Here's a complete workflow example:
import requests
from bs4 import BeautifulSoup
class DeepseekExtractor:
def __init__(self, api_key):
self.api_key = api_key
self.base_url = "https://api.deepseek.com/v1/chat/completions"
def create_prompt(self, template, **kwargs):
return template.format(**kwargs)
def extract(self, prompt, temperature=0.1):
response = requests.post(
self.base_url,
headers={
"Authorization": f"Bearer {self.api_key}",
"Content-Type": "application/json"
},
json={
"model": "deepseek-chat",
"messages": [{"role": "user", "content": prompt}],
"temperature": temperature
}
)
content = response.json()['choices'][0]['message']['content']

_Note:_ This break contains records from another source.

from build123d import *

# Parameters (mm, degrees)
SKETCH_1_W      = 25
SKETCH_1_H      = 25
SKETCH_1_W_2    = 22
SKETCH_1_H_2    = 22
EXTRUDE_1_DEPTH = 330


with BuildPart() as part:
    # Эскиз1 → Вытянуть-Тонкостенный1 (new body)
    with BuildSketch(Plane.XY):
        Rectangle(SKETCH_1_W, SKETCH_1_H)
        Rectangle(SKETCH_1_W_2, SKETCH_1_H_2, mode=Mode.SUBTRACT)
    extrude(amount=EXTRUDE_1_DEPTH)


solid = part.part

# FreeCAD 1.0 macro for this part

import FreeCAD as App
import Part
import Sketcher
Q = App.Units.Quantity

doc = App.newDocument("Part")
params = doc.addObject("Spreadsheet::Sheet", "Params")
for row, (alias, value) in enumerate([
    ("sketch1_width", "25 mm"),
    ("sketch1_width2", "22 mm"),
    ("pad1_length", "330 mm"),
], start=1):
    params.set(f"A{row}", alias)
    params.set(f"B{row}", "=" + value)
    params.setAlias(f"B{row}", alias)

body = doc.addObject("PartDesign::Body", "Body")

# Sketch on XY plane
sketch1 = body.newObject("Sketcher::SketchObject", "Sketch")
sketch1.AttachmentSupport = (doc.getObject("XY_Plane"), [""])
sketch1.MapMode = "FlatFace"
sketch1.addGeometry([
    Part.LineSegment(App.Vector(-12, 12, 0), App.Vector(-12, -12, 0)),  # 0
    Part.LineSegment(App.Vector(-12, -12, 0), App.Vector(12, -12, 0)),  # 1
    Part.LineSegment(App.Vector(12, -12, 0), App.Vector(12, 12, 0)),  # 2
    Part.LineSegment(App.Vector(12, 12, 0), App.Vector(-12, 12, 0)),  # 3
    Part.LineSegment(App.Vector(11, -11, 0), App.Vector(-11, -11, 0)),  # 4
    Part.LineSegment(App.Vector(-11, -11, 0), App.Vector(-11, 11, 0)),  # 5
    Part.LineSegment(App.Vector(-11, 11, 0), App.Vector(11, 11, 0)),  # 6
    Part.LineSegment(App.Vector(11, 11, 0), App.Vector(11, -11, 0)),  # 7
], False)
sketch1.addConstraint([
    Sketcher.Constraint("Coincident", 0, 2, 1, 1),
    Sketcher.Constraint("Coincident", 1, 2, 2, 1),
    Sketcher.Constraint("Coincident", 2, 2, 3, 1),
    Sketcher.Constraint("Coincident", 3, 2, 0, 1),
    Sketcher.Constraint("Coincident", 4, 2, 5, 1),
    Sketcher.Constraint("Coincident", 5, 2, 6, 1),
    Sketcher.Constraint("Coincident", 6, 2, 7, 1),
    Sketcher.Constraint("Coincident", 7, 2, 4, 1),
    Sketcher.Constraint("Vertical", 0),
    Sketcher.Constraint("Horizontal", 1),
    Sketcher.Constraint("Vertical", 2),
    Sketcher.Constraint("Horizontal", 3),
    Sketcher.Constraint("Horizontal", 4),
    Sketcher.Constraint("Vertical", 5),
    Sketcher.Constraint("Horizontal", 6),
    Sketcher.Constraint("Vertical", 7),
    Sketcher.Constraint("Symmetric", 0, 2, 2, 2, -1, 1),
    Sketcher.Constraint("Symmetric", 4, 2, 6, 2, -1, 1),
    Sketcher.Constraint("Equal", 3, 0),
    Sketcher.Constraint("Equal", 6, 5),
    Sketcher.Constraint("DistanceX", 1, 1, 1, 2, Q("25 mm")),
    Sketcher.Constraint("DistanceX", 4, 2, 4, 1, Q("22 mm")),
])
sketch1.setExpression("Constraints[20]", "Params.sketch1_width")
sketch1.setExpression("Constraints[21]", "Params.sketch1_width2")
pad1 = body.newObject("PartDesign::Pad", "Pad")
pad1.Profile = sketch1
pad1.setExpression("Length", "Params.pad1_length")

doc.recompute()
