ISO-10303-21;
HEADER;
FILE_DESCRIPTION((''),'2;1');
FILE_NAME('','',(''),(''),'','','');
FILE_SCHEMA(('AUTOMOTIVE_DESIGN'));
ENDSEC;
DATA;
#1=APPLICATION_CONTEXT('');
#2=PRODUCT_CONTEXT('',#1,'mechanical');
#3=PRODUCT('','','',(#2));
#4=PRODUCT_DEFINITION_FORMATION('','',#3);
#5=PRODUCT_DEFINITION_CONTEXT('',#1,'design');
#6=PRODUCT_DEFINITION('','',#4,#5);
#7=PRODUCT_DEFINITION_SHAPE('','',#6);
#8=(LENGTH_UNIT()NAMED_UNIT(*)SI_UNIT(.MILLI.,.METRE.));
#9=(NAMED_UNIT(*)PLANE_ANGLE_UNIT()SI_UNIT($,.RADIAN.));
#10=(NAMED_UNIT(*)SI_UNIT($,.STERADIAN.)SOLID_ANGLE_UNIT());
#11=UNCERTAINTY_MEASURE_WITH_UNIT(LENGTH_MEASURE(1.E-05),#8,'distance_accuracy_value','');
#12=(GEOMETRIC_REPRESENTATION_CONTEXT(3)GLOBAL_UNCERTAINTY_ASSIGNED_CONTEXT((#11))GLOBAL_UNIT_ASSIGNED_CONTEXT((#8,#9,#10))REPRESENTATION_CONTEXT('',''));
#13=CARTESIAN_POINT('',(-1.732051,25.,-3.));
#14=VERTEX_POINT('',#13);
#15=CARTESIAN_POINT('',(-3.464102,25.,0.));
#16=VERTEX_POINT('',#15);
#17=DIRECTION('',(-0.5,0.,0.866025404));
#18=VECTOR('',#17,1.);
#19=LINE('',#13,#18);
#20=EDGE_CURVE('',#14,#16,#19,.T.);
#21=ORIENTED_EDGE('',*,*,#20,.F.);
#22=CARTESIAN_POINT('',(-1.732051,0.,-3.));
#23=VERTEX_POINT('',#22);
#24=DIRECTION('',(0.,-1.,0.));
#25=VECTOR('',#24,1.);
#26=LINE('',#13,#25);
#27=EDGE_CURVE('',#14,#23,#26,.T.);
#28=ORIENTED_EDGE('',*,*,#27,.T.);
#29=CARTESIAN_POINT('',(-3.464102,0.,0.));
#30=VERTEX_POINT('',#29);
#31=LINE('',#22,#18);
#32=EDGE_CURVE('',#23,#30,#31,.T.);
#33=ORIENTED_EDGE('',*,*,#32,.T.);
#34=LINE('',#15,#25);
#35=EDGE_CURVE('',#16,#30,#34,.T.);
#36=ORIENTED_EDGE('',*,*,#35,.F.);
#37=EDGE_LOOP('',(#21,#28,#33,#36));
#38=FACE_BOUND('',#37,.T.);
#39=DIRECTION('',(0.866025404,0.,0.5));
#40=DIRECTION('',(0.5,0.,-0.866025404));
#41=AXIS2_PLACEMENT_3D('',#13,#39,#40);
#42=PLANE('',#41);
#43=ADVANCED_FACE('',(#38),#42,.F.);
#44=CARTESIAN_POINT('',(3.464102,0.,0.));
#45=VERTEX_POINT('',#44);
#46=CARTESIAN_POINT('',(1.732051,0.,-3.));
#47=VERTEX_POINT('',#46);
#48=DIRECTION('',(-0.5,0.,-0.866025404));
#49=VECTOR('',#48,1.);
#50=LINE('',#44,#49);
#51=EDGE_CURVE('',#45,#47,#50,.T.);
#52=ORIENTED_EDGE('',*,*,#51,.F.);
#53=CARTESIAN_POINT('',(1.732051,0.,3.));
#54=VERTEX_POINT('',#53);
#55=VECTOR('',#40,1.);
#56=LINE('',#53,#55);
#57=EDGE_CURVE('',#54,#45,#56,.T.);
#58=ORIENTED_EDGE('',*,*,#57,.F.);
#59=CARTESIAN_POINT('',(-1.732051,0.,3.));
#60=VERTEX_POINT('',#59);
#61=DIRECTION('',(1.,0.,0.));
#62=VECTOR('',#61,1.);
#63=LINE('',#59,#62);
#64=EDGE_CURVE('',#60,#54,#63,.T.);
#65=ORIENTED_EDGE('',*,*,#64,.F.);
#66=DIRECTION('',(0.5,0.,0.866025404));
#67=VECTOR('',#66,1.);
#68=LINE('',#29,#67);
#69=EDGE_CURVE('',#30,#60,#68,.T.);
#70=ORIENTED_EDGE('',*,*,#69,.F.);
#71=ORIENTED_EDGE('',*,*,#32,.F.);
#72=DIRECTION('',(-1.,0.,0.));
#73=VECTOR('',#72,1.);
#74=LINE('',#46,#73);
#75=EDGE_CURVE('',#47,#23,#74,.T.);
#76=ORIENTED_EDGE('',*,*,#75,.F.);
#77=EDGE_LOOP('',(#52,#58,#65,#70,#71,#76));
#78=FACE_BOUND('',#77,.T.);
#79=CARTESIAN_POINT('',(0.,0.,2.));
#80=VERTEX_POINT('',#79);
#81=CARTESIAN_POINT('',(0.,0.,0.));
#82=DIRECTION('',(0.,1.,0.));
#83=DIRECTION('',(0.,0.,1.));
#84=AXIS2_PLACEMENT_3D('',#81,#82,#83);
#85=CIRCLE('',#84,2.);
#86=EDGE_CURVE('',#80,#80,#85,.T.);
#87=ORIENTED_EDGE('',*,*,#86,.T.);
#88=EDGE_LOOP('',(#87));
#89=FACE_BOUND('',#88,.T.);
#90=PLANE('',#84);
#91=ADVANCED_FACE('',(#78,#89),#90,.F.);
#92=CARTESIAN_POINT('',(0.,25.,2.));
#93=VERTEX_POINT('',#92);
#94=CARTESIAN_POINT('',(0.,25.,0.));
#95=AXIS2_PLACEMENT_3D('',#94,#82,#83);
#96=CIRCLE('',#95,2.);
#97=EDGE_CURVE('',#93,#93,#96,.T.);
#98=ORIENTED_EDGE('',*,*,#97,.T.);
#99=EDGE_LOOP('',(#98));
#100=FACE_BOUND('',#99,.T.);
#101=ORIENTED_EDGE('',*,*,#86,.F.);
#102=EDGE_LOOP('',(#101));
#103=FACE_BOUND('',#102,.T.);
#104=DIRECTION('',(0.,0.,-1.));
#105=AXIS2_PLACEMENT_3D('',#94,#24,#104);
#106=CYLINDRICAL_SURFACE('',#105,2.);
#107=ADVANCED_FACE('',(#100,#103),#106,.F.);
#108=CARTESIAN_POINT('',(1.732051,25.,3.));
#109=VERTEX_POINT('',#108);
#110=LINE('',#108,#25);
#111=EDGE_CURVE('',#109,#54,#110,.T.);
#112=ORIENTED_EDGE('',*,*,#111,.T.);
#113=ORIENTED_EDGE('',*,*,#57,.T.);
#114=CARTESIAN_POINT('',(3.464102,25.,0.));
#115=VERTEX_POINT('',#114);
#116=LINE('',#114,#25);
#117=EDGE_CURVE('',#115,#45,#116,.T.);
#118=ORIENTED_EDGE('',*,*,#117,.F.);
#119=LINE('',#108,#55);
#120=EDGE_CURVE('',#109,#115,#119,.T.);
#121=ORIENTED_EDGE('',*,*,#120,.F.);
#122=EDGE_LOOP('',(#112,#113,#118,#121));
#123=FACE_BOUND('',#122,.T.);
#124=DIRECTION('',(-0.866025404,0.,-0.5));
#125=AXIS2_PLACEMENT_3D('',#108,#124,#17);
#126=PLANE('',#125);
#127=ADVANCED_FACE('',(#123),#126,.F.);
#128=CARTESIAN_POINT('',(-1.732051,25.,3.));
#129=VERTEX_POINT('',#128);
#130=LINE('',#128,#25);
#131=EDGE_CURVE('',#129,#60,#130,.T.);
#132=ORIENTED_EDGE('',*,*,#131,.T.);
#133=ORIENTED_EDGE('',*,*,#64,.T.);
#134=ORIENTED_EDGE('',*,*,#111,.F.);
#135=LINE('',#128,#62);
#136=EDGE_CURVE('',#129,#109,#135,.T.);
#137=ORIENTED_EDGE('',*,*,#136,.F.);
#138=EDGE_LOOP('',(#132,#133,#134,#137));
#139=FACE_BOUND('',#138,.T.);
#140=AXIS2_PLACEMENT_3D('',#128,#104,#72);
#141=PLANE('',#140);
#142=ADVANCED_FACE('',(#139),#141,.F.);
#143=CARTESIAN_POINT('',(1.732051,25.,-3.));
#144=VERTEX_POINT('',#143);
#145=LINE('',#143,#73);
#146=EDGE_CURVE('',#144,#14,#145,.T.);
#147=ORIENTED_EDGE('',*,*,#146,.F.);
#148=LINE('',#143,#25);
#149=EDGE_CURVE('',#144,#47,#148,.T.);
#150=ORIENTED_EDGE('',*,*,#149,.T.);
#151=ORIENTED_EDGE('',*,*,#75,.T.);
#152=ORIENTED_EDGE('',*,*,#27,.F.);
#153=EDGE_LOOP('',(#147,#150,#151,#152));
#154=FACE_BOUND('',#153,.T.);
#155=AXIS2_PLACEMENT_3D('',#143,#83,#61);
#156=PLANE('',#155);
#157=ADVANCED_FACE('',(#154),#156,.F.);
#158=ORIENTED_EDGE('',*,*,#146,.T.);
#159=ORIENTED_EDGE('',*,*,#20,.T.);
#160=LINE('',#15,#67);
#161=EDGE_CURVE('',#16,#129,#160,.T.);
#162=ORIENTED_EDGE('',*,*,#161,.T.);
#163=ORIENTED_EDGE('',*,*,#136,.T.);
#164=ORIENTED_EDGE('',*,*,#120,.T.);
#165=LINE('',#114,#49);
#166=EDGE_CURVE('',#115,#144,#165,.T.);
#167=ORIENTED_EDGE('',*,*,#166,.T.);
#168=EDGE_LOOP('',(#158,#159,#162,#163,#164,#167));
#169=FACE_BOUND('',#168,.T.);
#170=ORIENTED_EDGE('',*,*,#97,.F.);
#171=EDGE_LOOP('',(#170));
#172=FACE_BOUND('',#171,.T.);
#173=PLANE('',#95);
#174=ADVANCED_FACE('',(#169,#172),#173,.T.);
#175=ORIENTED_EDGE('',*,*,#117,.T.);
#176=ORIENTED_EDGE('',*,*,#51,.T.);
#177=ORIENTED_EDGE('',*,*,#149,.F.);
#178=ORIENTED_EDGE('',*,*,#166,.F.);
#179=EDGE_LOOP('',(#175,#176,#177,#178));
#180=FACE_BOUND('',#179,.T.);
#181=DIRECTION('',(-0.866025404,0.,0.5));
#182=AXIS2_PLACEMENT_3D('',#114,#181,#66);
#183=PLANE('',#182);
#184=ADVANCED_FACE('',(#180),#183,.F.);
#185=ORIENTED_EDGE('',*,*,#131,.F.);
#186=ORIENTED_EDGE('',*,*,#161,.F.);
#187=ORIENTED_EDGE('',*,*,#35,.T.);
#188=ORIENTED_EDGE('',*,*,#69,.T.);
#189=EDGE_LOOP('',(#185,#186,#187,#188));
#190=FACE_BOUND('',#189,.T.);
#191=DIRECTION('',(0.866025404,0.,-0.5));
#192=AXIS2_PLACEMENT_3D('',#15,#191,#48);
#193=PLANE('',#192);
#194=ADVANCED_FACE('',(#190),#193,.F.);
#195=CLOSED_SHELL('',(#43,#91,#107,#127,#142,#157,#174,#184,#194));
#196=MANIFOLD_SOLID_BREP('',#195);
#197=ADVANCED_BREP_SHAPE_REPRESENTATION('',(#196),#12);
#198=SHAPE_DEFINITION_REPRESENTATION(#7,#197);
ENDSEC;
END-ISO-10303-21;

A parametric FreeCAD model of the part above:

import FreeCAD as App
import Part
import Sketcher
Q = App.Units.Quantity

doc = App.newDocument("Part")
params = doc.addObject("Spreadsheet::Sheet", "Params")
for row, (alias, value) in enumerate([
    ("sketch1_diameter", "4 mm"),
    ("pad1_length", "25 mm"),
], start=1):
    params.set(f"A{row}", alias)
    params.set(f"B{row}", "=" + value)
    params.setAlias(f"B{row}", alias)

body = doc.addObject("PartDesign::Body", "Body")

# Sketch on XZ plane
sketch1 = doc.addObject("Sketcher::SketchObject", "Sketch")
body.addObject(sketch1)
sketch1.AttachmentSupport = (doc.XZ_Plane, [""])
sketch1.MapMode = "FlatFace"
sketch1.addGeometry(Part.LineSegment(App.Vector(-3.5, 0, 0), App.Vector(-1.7, 3, 0)), False)
sketch1.addGeometry(Part.LineSegment(App.Vector(-1.7, 3, 0), App.Vector(1.7, 3, 0)), False)
sketch1.addGeometry(Part.LineSegment(App.Vector(1.7, 3, 0), App.Vector(3.5, 0, 0)), False)
sketch1.addGeometry(Part.LineSegment(App.Vector(3.5, 0, 0), App.Vector(1.7, -3, 0)), False)
sketch1.addGeometry(Part.LineSegment(App.Vector(1.7, -3, 0), App.Vector(-1.7, -3, 0)), False)
sketch1.addGeometry(Part.LineSegment(App.Vector(-1.7, -3, 0), App.Vector(-3.5, 0, 0)), False)
sketch1.addGeometry(Part.Circle(App.Vector(0, 0, 0), App.Vector(0, 0, 1), 2), False)
sketch1.addConstraint(Sketcher.Constraint("Coincident", 0, 2, 1, 1))
sketch1.addConstraint(Sketcher.Constraint("Coincident", 1, 2, 2, 1))
sketch1.addConstraint(Sketcher.Constraint("Coincident", 2, 2, 3, 1))
sketch1.addConstraint(Sketcher.Constraint("Coincident", 3, 2, 4, 1))
sketch1.addConstraint(Sketcher.Constraint("Coincident", 4, 2, 5, 1))
sketch1.addConstraint(Sketcher.Constraint("Coincident", 5, 2, 0, 1))
sketch1.addConstraint(Sketcher.Constraint("Horizontal", 1))
sketch1.addConstraint(Sketcher.Constraint("Horizontal", 4))
sketch1.addConstraint(Sketcher.Constraint("Coincident", 6, 3, -1, 1))
sketch1.addConstraint(Sketcher.Constraint("Symmetric", 0, 2, 3, 2, -1, 1))
sketch1.addConstraint(Sketcher.Constraint("Symmetric", 2, 2, 5, 2, -1, 1))
sketch1.addConstraint(Sketcher.Constraint("PointOnObject", 2, 2, -1))
sketch1.addConstraint(Sketcher.Constraint("Parallel", 2, 5))
sketch1.addConstraint(Sketcher.Constraint("Vertical", 1, 2, 3, 2))
sketch1.addConstraint(Sketcher.Constraint("Diameter", 6, Q("4 mm")))
sketch1.addConstraint(Sketcher.Constraint("Angle", 0, Q("60 deg")))
sketch1.addConstraint(Sketcher.Constraint("DistanceY", -1, 1, 0, 2, Q("3 mm")))
sketch1.addConstraint(Sketcher.Constraint("DistanceX", 1, 1, 1, 2, Q("3.464102 mm")))
sketch1.setExpression("Constraints[14]", "Params.sketch1_diameter")
pad1 = doc.addObject("PartDesign::Pad", "Pad")
body.addObject(pad1)
pad1.Profile = sketch1
pad1.setExpression("Length", "Params.pad1_length")
pad1.Reversed = True

doc.recompute()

return json.loads(content)
def scrape_and_extract(self, url, extraction_template):
# Fetch HTML
html_response = requests.get(url)
# Optional: clean HTML with BeautifulSoup
soup = BeautifulSoup(html_response.text, 'html.parser')
# Remove scripts, styles
for element in soup(['script', 'style', 'nav', 'footer']):
element.decompose()
clean_html = str(soup)
# Create prompt and extract
prompt = self.create_prompt(extraction_template, html=clean_html)
return self.extract(prompt)
# Usage
extractor = DeepseekExtractor("your-api-key")
data = extractor.scrape_and_extract(
"https://example.com/product",
ECOMMERCE_PROMPT
)
print(data)
Conclusion
Effective prompt engineering for Deepseek web scraping requires a balance of clear instructions, structured output requirements, and validation. Start with basic templates and iterate based on your specific use cases. Always validate extracted data, implement error handling, and consider combining Deepseek with traditional scraping tools like Puppeteer for handling browser sessions and dynamic content.
The templates provided here serve as starting points—customize them for your specific domains and data structures to achieve the best results. Remember that prompt optimization is an iterative process; monitor accuracy and adjust your templates based on real-world performance.